Task objective: Taking the entries below from the top, restate each line exactly and end with the line containing "A parametric FreeCAD".

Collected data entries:
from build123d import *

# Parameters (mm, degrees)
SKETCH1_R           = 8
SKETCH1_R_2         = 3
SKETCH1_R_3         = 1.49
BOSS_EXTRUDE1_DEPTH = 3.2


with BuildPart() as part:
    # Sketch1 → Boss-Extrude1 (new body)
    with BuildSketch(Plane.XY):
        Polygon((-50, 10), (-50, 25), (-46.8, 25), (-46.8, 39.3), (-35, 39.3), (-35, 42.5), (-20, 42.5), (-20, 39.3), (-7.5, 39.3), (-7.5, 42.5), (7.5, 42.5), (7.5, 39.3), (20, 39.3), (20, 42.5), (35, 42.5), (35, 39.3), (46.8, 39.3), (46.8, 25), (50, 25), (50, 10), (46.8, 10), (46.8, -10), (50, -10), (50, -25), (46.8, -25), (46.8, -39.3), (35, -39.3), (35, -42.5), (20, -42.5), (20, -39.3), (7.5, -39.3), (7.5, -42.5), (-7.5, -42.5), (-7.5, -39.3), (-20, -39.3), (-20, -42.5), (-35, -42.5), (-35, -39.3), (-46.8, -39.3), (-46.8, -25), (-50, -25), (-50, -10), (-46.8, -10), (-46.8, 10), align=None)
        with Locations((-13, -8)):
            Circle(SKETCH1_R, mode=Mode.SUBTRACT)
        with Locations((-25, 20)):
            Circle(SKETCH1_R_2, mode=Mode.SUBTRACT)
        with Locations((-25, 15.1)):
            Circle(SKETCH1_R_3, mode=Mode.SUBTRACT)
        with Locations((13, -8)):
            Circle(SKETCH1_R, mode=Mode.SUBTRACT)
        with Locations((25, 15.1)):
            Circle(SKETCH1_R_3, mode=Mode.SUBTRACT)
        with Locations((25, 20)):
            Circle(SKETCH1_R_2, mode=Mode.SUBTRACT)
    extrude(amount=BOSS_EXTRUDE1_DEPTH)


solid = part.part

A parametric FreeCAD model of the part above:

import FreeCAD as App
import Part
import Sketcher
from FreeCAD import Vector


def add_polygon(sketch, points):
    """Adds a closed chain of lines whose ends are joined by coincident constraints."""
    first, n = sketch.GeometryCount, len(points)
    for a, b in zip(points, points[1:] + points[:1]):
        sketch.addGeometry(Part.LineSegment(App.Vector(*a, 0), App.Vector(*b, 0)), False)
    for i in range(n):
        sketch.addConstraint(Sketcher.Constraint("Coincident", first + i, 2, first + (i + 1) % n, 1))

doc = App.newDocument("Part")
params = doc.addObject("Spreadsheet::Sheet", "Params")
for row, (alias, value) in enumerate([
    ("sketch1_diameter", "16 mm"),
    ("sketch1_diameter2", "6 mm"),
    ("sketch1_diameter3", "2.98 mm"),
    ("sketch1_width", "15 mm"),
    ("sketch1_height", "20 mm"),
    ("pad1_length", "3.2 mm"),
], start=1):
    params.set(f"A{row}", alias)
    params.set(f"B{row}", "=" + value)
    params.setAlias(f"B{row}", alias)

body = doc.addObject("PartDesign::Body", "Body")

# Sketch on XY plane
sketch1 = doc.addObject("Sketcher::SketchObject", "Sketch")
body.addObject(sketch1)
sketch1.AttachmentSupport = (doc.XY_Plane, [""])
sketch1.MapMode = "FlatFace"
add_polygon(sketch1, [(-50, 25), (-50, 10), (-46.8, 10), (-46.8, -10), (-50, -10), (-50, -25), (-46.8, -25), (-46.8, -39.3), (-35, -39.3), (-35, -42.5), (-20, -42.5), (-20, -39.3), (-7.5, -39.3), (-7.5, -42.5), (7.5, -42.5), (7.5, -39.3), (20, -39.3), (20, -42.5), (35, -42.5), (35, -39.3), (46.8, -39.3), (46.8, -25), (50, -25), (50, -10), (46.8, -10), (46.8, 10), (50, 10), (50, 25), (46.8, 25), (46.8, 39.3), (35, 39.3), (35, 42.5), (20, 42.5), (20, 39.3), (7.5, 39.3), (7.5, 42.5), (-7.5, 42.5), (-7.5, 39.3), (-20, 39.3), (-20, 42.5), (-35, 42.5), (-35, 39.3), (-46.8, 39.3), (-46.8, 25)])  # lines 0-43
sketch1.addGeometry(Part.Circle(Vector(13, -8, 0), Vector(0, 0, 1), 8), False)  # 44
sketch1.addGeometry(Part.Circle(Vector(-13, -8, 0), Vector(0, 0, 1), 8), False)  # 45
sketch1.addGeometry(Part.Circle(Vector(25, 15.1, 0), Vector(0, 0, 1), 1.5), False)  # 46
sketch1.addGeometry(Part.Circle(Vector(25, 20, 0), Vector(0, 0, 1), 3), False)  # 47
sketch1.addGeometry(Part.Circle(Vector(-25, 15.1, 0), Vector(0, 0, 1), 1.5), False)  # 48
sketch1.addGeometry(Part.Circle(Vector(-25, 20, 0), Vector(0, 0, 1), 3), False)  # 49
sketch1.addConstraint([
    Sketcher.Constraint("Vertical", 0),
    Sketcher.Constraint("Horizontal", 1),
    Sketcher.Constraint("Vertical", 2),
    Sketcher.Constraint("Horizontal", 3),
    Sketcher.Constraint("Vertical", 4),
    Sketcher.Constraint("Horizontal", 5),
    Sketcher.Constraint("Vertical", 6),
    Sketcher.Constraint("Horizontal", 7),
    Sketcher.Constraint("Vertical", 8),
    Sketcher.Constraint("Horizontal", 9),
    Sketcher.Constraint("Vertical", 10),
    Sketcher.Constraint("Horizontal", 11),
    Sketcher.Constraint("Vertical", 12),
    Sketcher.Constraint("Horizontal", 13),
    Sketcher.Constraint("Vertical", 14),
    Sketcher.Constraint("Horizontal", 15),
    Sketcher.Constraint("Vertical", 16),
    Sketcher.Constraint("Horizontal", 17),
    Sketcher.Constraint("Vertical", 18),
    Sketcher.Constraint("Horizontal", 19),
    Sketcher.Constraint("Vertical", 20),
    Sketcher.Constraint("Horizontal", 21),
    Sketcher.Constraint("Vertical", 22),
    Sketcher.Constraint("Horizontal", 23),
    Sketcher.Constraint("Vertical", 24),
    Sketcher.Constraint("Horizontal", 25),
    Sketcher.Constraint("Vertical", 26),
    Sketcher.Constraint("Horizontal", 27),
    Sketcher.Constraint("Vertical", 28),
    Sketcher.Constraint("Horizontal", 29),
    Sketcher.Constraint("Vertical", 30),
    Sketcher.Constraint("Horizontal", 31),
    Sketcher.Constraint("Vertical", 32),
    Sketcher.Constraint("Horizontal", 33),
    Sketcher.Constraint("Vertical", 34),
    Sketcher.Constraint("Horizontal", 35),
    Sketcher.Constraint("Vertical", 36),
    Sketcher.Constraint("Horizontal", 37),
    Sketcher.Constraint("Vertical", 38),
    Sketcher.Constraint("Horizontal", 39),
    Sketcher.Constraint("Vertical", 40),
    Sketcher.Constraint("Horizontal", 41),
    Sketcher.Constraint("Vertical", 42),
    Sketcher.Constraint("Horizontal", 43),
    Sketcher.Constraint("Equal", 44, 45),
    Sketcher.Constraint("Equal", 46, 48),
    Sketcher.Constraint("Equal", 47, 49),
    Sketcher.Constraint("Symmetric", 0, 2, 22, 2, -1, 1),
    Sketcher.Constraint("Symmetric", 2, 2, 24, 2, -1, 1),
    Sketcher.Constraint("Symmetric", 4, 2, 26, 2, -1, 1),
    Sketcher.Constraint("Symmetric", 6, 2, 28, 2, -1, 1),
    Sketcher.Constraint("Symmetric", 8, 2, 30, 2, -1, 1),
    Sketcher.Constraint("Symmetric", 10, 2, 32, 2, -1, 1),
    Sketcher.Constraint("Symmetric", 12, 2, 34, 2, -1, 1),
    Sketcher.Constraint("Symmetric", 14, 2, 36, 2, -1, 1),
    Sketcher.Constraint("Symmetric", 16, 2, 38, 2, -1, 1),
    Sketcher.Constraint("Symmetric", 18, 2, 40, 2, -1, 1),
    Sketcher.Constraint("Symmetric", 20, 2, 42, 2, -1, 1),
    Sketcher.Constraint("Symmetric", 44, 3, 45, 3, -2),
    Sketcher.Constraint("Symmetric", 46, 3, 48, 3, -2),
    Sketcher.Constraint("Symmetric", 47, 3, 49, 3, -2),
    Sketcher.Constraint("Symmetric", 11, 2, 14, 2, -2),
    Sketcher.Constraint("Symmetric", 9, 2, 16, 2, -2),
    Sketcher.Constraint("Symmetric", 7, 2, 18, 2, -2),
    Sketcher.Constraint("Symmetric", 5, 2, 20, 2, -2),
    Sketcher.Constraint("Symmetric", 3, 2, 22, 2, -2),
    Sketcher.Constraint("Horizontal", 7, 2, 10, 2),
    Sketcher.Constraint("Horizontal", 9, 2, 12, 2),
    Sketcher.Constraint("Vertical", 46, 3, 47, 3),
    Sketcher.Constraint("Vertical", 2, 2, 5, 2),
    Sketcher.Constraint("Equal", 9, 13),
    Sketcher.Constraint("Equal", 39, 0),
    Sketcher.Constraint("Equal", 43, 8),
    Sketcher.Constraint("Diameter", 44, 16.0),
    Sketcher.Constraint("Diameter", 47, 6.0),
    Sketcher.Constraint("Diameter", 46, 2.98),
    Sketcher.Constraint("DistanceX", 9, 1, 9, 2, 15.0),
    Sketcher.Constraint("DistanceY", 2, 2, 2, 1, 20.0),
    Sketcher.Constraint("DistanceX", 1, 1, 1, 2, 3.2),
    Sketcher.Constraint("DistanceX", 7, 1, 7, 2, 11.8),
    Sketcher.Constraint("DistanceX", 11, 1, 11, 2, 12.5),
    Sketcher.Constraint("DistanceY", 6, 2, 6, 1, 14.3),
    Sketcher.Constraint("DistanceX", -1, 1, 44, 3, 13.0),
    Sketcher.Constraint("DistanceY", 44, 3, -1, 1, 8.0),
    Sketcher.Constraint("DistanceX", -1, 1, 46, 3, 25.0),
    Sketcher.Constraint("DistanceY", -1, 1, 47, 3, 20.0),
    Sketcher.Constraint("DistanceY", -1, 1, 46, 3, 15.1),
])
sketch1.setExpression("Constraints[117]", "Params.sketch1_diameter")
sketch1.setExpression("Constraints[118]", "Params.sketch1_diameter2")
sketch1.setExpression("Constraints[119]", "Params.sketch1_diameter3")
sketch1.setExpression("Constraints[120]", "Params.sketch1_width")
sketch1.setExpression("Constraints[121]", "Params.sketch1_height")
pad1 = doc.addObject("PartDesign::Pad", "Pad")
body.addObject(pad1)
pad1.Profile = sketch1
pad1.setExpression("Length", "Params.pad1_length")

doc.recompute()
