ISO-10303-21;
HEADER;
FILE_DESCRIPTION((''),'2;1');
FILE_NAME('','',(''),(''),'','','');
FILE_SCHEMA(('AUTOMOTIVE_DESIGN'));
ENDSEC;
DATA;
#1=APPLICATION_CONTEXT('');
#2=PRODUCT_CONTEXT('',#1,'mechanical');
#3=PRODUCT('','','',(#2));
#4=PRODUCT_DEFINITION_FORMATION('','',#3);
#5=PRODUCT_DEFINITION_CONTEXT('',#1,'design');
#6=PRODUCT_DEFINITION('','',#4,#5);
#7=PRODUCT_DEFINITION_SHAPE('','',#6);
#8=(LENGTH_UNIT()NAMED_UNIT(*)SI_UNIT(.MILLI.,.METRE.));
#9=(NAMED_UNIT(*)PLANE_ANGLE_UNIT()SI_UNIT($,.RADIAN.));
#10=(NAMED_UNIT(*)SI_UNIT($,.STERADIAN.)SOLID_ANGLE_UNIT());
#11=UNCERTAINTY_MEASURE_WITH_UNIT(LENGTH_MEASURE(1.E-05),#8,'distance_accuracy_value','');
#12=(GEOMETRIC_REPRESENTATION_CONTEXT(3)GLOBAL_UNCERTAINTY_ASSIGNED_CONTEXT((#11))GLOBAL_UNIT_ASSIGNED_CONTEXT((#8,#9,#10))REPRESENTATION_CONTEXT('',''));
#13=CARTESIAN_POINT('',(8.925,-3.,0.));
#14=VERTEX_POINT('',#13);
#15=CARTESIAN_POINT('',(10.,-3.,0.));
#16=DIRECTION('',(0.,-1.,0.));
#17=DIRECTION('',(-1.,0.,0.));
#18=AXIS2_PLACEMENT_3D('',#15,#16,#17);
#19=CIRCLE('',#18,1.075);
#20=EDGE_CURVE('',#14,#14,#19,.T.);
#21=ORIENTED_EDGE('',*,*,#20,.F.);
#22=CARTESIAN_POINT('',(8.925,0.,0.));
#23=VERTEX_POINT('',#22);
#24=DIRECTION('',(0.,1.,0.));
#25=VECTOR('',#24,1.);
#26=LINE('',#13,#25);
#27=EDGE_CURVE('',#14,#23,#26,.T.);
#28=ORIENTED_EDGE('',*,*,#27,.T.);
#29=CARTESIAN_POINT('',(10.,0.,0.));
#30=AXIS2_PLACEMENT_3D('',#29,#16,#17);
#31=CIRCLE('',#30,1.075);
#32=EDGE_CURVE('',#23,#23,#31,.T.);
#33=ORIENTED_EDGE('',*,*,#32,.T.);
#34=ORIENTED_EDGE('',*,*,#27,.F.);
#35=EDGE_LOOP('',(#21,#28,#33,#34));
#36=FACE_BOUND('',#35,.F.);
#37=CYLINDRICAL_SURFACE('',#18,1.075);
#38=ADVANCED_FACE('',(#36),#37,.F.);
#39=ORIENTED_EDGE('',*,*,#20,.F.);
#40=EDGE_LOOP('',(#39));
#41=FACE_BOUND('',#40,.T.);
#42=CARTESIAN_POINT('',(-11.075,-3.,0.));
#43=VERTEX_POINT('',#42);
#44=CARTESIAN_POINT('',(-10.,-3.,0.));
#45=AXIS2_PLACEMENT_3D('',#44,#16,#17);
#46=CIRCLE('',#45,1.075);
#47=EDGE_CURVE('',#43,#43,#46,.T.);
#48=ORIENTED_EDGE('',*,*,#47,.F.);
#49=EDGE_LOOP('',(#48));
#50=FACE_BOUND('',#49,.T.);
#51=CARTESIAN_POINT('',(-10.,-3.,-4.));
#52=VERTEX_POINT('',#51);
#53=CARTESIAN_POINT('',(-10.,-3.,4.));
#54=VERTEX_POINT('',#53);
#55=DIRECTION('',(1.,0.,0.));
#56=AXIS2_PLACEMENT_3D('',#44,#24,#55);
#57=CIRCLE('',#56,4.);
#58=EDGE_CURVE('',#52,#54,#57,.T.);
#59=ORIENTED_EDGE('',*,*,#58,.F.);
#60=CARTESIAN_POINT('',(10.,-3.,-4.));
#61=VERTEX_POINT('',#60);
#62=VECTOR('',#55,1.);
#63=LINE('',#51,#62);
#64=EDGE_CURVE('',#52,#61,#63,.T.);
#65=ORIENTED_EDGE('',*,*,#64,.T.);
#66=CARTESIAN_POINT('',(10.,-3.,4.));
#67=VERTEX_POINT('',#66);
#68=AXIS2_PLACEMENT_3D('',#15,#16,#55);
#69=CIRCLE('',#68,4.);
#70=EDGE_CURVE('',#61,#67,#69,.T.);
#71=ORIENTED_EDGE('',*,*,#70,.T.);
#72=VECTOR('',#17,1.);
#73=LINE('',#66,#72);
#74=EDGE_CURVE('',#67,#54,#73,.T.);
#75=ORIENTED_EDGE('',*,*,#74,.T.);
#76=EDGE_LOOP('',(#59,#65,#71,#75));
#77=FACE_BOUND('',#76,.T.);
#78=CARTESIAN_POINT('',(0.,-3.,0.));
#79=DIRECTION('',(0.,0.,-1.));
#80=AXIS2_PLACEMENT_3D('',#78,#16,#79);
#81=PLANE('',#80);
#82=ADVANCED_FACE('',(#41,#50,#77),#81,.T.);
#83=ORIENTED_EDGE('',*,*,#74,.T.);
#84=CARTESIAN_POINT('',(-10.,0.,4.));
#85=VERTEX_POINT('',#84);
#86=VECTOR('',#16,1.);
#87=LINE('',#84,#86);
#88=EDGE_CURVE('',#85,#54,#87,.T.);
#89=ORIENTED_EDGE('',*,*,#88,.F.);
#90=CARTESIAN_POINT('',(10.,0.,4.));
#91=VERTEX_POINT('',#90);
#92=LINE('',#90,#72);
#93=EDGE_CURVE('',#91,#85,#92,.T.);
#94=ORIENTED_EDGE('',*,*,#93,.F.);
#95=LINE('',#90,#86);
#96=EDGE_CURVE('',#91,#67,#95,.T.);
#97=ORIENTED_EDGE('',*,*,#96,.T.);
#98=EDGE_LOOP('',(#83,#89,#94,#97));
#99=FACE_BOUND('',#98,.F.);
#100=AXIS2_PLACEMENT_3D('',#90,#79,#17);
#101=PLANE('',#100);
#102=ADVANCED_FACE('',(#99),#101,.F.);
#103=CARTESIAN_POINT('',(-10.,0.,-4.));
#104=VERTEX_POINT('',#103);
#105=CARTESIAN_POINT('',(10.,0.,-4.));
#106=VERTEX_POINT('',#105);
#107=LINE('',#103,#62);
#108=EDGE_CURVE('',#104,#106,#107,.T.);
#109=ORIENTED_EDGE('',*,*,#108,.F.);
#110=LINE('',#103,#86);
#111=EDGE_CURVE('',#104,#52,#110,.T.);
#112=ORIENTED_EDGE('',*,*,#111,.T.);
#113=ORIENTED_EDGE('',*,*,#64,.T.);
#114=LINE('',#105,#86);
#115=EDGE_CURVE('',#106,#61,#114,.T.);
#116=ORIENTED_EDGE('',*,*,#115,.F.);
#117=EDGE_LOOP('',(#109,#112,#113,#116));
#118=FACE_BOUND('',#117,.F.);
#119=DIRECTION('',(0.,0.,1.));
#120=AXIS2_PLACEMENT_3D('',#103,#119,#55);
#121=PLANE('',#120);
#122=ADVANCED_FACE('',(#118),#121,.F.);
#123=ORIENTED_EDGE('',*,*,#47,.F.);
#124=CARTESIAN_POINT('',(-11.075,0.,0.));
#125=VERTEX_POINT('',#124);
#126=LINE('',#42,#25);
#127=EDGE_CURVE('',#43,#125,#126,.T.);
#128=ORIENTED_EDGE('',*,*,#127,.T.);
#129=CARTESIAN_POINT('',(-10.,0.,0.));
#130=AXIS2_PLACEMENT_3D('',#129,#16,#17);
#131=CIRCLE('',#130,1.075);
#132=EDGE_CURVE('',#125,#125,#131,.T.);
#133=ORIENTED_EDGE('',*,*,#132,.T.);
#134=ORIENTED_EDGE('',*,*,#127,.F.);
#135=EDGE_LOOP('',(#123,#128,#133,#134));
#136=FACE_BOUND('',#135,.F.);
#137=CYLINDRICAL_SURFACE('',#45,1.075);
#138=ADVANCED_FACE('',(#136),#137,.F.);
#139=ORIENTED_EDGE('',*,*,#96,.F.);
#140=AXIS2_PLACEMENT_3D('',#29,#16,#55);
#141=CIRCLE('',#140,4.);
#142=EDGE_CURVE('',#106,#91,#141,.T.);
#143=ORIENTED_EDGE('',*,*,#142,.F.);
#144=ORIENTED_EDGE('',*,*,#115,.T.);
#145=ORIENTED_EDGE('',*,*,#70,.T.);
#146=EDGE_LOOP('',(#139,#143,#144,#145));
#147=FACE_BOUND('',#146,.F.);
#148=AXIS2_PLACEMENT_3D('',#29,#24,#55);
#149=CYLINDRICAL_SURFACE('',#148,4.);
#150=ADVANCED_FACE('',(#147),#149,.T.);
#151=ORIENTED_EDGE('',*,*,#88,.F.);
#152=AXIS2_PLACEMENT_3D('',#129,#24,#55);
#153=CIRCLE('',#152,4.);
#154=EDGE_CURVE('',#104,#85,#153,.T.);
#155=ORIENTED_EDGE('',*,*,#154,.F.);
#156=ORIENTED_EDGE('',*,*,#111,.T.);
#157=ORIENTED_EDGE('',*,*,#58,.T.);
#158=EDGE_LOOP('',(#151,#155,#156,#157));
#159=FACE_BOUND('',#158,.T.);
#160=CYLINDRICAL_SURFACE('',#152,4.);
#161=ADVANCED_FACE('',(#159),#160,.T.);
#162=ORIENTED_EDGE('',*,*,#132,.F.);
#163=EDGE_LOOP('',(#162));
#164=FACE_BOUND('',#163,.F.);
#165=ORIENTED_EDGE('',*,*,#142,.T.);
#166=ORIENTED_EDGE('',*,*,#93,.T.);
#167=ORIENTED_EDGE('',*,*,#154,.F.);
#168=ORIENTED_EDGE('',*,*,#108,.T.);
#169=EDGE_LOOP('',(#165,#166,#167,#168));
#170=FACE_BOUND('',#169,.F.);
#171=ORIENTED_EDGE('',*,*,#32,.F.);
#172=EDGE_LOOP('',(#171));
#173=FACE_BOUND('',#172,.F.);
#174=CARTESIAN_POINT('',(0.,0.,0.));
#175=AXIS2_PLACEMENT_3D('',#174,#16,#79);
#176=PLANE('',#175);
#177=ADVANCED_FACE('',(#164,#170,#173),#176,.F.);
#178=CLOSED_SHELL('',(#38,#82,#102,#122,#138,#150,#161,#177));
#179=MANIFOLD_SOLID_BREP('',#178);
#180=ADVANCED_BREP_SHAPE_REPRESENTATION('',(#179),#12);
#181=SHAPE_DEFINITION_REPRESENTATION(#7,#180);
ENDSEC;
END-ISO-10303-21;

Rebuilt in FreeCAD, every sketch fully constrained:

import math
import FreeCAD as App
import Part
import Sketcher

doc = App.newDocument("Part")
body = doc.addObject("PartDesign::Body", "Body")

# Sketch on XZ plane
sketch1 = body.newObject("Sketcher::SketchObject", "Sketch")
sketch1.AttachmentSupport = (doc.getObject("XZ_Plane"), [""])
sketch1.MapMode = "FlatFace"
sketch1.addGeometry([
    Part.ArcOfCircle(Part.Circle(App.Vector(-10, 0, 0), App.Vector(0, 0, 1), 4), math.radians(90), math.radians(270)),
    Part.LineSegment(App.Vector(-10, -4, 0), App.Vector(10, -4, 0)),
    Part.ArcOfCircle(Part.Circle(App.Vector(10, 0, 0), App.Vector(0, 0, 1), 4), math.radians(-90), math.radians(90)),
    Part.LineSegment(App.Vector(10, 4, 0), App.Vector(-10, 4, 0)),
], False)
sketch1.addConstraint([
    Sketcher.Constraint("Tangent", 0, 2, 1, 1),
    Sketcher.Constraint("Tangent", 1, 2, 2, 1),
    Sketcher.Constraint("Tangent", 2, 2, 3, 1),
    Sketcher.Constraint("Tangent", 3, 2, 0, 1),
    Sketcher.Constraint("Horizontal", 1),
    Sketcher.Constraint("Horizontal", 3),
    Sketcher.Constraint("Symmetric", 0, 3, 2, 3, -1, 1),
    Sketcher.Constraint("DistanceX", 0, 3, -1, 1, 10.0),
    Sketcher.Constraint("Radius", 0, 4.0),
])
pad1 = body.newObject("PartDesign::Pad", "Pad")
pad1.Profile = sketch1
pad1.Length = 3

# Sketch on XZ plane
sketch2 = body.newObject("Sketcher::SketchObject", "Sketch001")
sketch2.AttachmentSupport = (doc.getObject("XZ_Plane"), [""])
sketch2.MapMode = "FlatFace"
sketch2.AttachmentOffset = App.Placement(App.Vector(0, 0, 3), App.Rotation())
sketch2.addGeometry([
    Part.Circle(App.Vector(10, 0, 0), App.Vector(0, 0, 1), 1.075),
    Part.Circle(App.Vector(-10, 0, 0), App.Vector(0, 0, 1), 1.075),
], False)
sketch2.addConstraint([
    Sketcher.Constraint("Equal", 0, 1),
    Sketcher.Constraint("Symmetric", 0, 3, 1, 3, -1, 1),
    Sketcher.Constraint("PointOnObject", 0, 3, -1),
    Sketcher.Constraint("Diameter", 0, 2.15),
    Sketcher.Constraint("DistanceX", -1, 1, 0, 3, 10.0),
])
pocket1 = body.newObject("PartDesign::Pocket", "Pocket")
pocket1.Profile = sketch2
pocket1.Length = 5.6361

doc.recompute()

Solution below:
from build123d import *

# Parameters (mm, degrees)
SKETCH1_R           = 8
SKETCH1_R_2         = 3
SKETCH1_R_3         = 1.49
BOSS_EXTRUDE1_DEPTH = 3.2


with BuildPart() as part:
    # Sketch1 → Boss-Extrude1 (new body)
    with BuildSketch(Plane.XY):
        Polygon((-50, 10), (-50, 25), (-46.8, 25), (-46.8, 39.3), (-35, 39.3), (-35, 42.5), (-20, 42.5), (-20, 39.3), (-7.5, 39.3), (-7.5, 42.5), (7.5, 42.5), (7.5, 39.3), (20, 39.3), (20, 42.5), (35, 42.5), (35, 39.3), (46.8, 39.3), (46.8, 25), (50, 25), (50, 10), (46.8, 10), (46.8, -10), (50, -10), (50, -25), (46.8, -25), (46.8, -39.3), (35, -39.3), (35, -42.5), (20, -42.5), (20, -39.3), (7.5, -39.3), (7.5, -42.5), (-7.5, -42.5), (-7.5, -39.3), (-20, -39.3), (-20, -42.5), (-35, -42.5), (-35, -39.3), (-46.8, -39.3), (-46.8, -25), (-50, -25), (-50, -10), (-46.8, -10), (-46.8, 10), align=None)
        with Locations((-13, -8)):
            Circle(SKETCH1_R, mode=Mode.SUBTRACT)
        with Locations((-25, 20)):
            Circle(SKETCH1_R_2, mode=Mode.SUBTRACT)
        with Locations((-25, 15.1)):
            Circle(SKETCH1_R_3, mode=Mode.SUBTRACT)
        with Locations((13, -8)):
            Circle(SKETCH1_R, mode=Mode.SUBTRACT)
        with Locations((25, 15.1)):
            Circle(SKETCH1_R_3, mode=Mode.SUBTRACT)
        with Locations((25, 20)):
            Circle(SKETCH1_R_2, mode=Mode.SUBTRACT)
    extrude(amount=BOSS_EXTRUDE1_DEPTH)


solid = part.part

A parametric FreeCAD model of the part above:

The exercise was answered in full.